In Figure 2, eight pieces of continuous point clouds are registered together to obtain a complete 360° frontal model, which contains the surface information of the fruit. At this point, the point cloud of the fruit bottom and the point cloud of the front are respectively obtained, and through preliminary processing, they are in the same world coordinate system, because the fruit surface is the convex body, the surface image and the bottom image taken by the camera can simultaneously acquire the characteristics of the points under the side. Then, through the registration of points collected at the bottom side of the fruit in different coordinate systems, the bottom rotation matrix and the translation vector are obtained, and the bottom model is further processed. Through these steps, a point cloud model with shape-preserving, accurate normal, and small curvature variance is obtained. Finally, the whole fruit model is obtained by the Poisson surface reconstruction method for the preprocessing-smoothed model point cloud p. The fruit’s stalk and pulp point cloud is obtained by frontal surface registering, while the fruit’s bottom point cloud is obtained by image acquisition and coordinate system transformation. The pulp and the bottom of the fruit are combination called fruit pulp in the next subsequent chapters, which is convenient for the subsequent separation of the fruit stalk.
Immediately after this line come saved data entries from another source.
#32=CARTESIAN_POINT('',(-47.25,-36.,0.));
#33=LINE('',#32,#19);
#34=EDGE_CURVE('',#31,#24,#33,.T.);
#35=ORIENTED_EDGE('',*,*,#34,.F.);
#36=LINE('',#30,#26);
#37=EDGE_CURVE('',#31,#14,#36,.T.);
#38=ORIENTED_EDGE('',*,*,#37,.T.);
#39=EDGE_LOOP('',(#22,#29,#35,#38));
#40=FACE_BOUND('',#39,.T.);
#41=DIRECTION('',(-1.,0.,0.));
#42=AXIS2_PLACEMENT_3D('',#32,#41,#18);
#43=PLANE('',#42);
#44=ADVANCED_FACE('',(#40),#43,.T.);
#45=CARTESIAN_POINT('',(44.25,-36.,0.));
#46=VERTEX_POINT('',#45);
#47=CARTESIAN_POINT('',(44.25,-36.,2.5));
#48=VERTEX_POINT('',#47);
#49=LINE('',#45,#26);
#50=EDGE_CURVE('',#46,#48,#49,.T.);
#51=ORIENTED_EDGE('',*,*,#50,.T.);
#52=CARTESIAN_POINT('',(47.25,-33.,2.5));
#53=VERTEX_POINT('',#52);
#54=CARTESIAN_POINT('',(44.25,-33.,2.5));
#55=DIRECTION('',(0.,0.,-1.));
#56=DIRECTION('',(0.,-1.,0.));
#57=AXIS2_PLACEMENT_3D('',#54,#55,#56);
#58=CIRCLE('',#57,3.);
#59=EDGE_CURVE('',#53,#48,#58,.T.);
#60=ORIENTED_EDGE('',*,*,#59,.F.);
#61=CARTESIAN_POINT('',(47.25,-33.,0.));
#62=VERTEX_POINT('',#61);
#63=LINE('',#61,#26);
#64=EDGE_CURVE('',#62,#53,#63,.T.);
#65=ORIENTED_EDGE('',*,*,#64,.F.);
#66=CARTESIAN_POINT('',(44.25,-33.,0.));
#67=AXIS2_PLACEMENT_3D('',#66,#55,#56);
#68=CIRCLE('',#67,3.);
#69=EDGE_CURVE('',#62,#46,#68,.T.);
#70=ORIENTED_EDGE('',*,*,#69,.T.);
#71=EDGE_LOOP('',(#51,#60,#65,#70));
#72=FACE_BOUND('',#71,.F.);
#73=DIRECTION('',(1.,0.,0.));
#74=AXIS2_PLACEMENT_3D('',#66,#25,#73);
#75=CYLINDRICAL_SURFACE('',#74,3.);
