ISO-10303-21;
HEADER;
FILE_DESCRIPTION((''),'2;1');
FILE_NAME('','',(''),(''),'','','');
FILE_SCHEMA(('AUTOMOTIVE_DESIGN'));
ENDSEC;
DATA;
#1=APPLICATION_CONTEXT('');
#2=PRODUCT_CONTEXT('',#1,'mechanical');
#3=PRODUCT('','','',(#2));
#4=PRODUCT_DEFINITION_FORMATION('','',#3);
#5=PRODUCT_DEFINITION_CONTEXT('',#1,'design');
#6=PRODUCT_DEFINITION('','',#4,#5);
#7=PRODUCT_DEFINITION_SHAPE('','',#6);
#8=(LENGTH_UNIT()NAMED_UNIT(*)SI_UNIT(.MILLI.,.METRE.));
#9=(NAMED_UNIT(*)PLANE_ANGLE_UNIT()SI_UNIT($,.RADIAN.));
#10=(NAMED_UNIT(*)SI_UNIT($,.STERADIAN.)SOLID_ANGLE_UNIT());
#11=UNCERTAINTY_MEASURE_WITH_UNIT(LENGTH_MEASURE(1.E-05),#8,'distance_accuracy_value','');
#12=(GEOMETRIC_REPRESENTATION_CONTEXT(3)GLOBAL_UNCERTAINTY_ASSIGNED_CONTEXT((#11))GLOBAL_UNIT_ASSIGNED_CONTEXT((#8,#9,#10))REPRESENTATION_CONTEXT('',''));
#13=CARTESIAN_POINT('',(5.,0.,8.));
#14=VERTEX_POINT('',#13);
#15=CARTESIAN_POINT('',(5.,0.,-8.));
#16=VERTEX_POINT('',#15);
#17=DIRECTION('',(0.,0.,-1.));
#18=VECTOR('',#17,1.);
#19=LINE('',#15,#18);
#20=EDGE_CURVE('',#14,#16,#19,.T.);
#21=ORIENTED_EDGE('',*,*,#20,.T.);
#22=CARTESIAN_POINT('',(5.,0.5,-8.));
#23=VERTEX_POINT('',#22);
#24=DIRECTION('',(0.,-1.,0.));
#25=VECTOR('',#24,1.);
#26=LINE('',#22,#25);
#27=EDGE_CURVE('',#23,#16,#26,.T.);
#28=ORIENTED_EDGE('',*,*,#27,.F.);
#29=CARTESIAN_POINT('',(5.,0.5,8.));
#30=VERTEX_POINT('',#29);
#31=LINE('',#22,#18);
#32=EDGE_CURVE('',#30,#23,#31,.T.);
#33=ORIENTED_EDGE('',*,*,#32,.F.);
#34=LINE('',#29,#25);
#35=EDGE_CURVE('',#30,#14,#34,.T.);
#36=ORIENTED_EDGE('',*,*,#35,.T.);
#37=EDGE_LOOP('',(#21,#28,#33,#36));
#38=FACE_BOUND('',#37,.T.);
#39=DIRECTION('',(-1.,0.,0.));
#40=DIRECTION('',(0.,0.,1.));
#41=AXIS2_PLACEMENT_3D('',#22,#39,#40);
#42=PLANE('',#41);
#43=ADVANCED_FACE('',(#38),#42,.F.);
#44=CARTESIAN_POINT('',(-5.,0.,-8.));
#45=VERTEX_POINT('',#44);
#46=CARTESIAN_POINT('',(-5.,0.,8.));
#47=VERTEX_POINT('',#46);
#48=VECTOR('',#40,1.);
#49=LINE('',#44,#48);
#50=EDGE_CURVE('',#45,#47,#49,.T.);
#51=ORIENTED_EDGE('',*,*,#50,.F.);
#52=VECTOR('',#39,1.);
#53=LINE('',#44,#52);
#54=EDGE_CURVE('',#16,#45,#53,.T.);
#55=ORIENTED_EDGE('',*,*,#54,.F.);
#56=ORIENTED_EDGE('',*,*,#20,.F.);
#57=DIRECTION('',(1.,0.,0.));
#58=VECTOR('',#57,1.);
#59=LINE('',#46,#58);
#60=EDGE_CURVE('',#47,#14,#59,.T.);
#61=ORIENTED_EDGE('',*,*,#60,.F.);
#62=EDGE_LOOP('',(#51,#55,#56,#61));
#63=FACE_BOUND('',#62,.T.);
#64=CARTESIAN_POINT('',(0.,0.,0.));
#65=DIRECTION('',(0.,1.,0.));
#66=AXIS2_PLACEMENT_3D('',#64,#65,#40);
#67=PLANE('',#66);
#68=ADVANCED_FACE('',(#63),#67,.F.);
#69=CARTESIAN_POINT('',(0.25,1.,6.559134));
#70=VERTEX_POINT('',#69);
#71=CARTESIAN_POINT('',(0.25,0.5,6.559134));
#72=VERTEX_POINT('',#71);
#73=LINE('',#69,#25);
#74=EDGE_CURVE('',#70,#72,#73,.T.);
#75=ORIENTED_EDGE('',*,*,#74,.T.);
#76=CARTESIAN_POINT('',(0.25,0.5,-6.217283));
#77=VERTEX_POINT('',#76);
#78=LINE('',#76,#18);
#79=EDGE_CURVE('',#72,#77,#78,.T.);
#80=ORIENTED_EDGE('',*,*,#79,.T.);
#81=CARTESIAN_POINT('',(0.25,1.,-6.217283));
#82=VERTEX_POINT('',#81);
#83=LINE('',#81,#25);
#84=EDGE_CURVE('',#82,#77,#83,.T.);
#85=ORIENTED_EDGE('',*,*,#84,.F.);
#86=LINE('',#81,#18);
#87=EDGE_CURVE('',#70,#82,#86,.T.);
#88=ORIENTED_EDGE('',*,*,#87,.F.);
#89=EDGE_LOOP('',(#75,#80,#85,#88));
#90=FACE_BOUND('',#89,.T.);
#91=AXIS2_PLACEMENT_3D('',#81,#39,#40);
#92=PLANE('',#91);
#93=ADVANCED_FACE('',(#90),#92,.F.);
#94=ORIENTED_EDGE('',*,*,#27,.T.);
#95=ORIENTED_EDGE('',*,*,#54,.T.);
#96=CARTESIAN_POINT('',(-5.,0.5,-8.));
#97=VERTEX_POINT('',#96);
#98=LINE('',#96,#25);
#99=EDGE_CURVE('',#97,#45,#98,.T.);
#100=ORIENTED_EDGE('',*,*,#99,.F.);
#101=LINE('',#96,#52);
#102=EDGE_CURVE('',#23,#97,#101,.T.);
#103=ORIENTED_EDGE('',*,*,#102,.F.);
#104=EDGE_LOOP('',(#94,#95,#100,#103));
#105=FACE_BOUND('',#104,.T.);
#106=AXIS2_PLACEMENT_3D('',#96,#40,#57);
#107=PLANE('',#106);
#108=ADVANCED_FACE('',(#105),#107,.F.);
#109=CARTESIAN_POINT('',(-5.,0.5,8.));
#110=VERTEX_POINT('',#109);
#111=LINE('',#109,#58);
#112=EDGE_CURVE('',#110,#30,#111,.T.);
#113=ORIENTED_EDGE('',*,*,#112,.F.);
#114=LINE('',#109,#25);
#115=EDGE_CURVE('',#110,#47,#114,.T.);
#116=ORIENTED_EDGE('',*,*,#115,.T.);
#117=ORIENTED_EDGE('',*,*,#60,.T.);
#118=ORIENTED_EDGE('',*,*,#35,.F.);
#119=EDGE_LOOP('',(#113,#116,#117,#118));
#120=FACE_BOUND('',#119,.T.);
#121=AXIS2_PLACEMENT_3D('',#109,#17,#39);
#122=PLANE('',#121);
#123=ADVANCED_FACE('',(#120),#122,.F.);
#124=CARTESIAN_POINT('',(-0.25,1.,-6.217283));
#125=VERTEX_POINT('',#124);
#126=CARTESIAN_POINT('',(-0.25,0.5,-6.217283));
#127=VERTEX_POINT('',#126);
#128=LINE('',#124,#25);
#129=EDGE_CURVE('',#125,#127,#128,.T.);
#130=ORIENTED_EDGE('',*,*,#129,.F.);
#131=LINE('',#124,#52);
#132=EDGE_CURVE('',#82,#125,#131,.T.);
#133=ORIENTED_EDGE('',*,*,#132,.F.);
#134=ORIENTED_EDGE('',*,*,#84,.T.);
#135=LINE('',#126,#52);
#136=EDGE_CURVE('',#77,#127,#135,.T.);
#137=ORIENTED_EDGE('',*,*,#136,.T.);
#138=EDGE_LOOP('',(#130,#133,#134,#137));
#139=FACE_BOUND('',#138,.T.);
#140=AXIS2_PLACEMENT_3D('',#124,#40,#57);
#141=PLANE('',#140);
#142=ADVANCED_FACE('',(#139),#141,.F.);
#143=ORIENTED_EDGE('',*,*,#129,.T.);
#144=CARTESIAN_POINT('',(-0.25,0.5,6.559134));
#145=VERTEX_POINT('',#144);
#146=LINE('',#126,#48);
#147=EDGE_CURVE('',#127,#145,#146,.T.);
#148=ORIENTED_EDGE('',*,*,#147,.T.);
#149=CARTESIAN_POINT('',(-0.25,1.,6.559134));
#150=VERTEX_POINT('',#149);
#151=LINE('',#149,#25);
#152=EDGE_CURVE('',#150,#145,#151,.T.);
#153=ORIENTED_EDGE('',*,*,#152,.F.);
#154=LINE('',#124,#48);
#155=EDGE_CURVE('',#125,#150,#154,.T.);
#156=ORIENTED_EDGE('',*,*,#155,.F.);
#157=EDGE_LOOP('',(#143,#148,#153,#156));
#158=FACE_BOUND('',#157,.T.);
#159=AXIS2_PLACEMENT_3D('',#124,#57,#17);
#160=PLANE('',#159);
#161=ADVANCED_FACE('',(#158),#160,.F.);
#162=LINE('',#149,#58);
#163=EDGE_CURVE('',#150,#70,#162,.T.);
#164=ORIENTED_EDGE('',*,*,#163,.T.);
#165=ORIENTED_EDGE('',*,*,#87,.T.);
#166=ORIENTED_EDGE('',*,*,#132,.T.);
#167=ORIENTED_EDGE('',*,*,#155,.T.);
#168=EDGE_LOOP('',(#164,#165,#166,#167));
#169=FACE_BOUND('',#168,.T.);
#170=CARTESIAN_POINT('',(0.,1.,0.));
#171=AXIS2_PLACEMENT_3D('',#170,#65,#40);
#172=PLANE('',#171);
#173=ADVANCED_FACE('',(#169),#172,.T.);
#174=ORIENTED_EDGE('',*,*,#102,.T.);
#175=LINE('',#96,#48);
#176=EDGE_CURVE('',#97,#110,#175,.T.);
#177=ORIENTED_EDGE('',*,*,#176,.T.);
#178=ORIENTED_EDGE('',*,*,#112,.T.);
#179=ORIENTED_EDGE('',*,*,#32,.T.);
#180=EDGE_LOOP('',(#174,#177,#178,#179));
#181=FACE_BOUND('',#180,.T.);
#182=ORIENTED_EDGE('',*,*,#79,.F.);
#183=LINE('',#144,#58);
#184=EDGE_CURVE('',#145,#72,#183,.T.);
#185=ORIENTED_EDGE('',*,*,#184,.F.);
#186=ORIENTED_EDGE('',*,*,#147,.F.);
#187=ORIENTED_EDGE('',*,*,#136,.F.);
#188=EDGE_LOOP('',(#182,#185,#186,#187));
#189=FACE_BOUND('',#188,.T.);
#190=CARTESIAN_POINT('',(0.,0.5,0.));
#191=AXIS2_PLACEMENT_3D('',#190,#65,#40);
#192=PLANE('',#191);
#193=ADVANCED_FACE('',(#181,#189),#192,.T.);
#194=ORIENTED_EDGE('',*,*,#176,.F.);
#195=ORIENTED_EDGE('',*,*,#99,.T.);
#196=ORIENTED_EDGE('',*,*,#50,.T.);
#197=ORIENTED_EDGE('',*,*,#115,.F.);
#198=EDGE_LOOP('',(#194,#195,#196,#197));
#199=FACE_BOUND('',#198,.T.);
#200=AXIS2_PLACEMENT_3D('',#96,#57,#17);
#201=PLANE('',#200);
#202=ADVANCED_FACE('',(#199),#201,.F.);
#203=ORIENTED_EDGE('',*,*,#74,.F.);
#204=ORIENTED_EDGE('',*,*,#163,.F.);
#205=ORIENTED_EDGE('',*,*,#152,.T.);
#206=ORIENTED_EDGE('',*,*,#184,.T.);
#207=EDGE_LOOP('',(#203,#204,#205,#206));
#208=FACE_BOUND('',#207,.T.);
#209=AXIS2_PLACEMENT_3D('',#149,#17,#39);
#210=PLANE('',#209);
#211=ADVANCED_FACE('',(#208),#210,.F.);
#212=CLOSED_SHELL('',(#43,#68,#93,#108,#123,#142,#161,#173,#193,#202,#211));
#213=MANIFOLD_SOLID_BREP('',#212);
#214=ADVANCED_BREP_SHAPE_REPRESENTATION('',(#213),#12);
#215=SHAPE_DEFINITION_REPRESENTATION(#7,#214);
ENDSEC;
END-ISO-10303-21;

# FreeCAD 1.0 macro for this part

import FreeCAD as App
import Part
import Sketcher
Q = App.Units.Quantity


def add_polygon(sketch, points):
    """Adds a closed chain of lines whose ends are joined by coincident constraints."""
    first, n = sketch.GeometryCount, len(points)
    for a, b in zip(points, points[1:] + points[:1]):
        sketch.addGeometry(Part.LineSegment(App.Vector(*a, 0), App.Vector(*b, 0)), False)
    for i in range(n):
        sketch.addConstraint(Sketcher.Constraint("Coincident", first + i, 2, first + (i + 1) % n, 1))

doc = App.newDocument("Part")
body = doc.addObject("PartDesign::Body", "Body")

# Sketch on XZ plane
sketch1 = body.newObject("Sketcher::SketchObject", "Sketch")
sketch1.AttachmentSupport = (doc.getObject("XZ_Plane"), [""])
sketch1.MapMode = "FlatFace"
add_polygon(sketch1, [(-5, -8), (-5, 8), (5, 8), (5, -8)])  # lines 0-3
sketch1.addConstraint([
    Sketcher.Constraint("Vertical", 0),
    Sketcher.Constraint("Horizontal", 1),
    Sketcher.Constraint("Vertical", 2),
    Sketcher.Constraint("Horizontal", 3),
    Sketcher.Constraint("Symmetric", 0, 2, 2, 2, -1, 1),
    Sketcher.Constraint("DistanceX", 1, 1, 1, 2, Q("10 mm")),
    Sketcher.Constraint("DistanceY", 0, 1, 0, 2, Q("16 mm")),
])
pad1 = body.newObject("PartDesign::Pad", "Pad")
pad1.Profile = sketch1
pad1.Length = 0.5
pad1.Reversed = True

# Sketch on XZ plane
sketch2 = body.newObject("Sketcher::SketchObject", "Sketch001")
sketch2.AttachmentSupport = (doc.getObject("XZ_Plane"), [""])
sketch2.MapMode = "FlatFace"
sketch2.AttachmentOffset = App.Placement(App.Vector(0, 0, -0.5), App.Rotation())
add_polygon(sketch2, [(-0.2, -6.2), (-0.2, 6.6), (0.2, 6.6), (0.2, -6.2)])  # lines 0-3
sketch2.addConstraint([
    Sketcher.Constraint("Vertical", 0),
    Sketcher.Constraint("Horizontal", 1),
    Sketcher.Constraint("Vertical", 2),
    Sketcher.Constraint("Horizontal", 3),
    Sketcher.Constraint("DistanceX", 1, 1, 1, 2, Q("0.5 mm")),
    Sketcher.Constraint("DistanceX", 0, 2, -1, 1, Q("0.25 mm")),
    Sketcher.Constraint("DistanceY", 0, 1, 0, 2, Q("12.776418 mm")),
    Sketcher.Constraint("DistanceY", -1, 1, 0, 2, Q("6.559134 mm")),
])
pad2 = body.newObject("PartDesign::Pad", "Pad001")
pad2.Profile = sketch2
pad2.Length = 0.5
pad2.Reversed = True

doc.recompute()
2.2. Segmentation the Fruit Stalk

Based on the 3D model, the stalk cannot be counted as the height of the fruit, so the length of the fruit stalk needs to be removed when calculating the height. In this experiment, the stemmed fruits need further treatment for removing stalks by the locally convex connected patches (LCCP) method [49], which does not depend on the color or texture of point cloud, but on the spatial information and normal vector information. For the segmented model, it is necessary to calculate the convexity-concavity relationship of adjacent patches. The relationship is judged by the extended connectivity criterion and sanity criterion. Extended connectivity criterion uses the angle between the centerline vector $\overrightarrow{x_1}$, $\overrightarrow{x_2}$ and the normal vector $\overrightarrow{n_1}$, $\overrightarrow{n_2}$ of the adjacent two pieces to judge concavity or convexity. If $a_1$ > $a_2$, the relationship of the two patch $\overrightarrow{p_i}$,$\overrightarrow{p_j}$ is concave, otherwise is convex as shown in Figure 3.

Here, $\overrightarrow{d}$ is the difference between the vector $\overrightarrow{x_1}$ and $\overrightarrow{x_2}$, $\overrightarrow{s}$ is the cross product between the vector $\overrightarrow{n_1}$ and $\overrightarrow{n_2}$ as shown in Equation (5),

$$\overrightarrow{d}=\overrightarrow{x_1}-\overrightarrow{x_2},\overrightarrow{s}=\overrightarrow{n_1}\times \overrightarrow{n_2}$$

(5)

If the relationship between the two pieces is convex, it should be further judged by the sanity criterion. When the angle between $\overrightarrow{d}$ and $\overrightarrow{s}$ is greater than the threshold $\theta$, it can be sure that they are convex relations [49] as in Equation (6),

$$\begin{array}{c}\theta (\overrightarrow{p_i},\overrightarrow{p_j})=min(\angle (\overrightarrow{d},\overrightarrow{s}),{180}^{°}-\angle (\overrightarrow{d},\overrightarrow{s}))\hfill \\ SC(\overrightarrow{p_i},\overrightarrow{p_j})=\left\{\begin{array}{ccc}\hfill true& ,\hfill & \hfill \theta (\overrightarrow{d},\overrightarrow{s})\ge \theta ,\\ \hfill false& ,\hfill & \hfill otherwise.\end{array}\right.\hfill \end{array}$$

(6)

After marking the concavity–convexity relationship of each small region, the region growth algorithm is used to cluster the small region into larger objects. This algorithm restricted by this relationship of small regions can clearly distinguish the boundary between stalk and pulp as shown in Figure 4; the red line represents concavity and the white line represents convexity between adjacent patches. There is an obvious concavity and convexity change at the junction of the fruit’s stalk and pulp, which meets the criteria of LCCP segmentation.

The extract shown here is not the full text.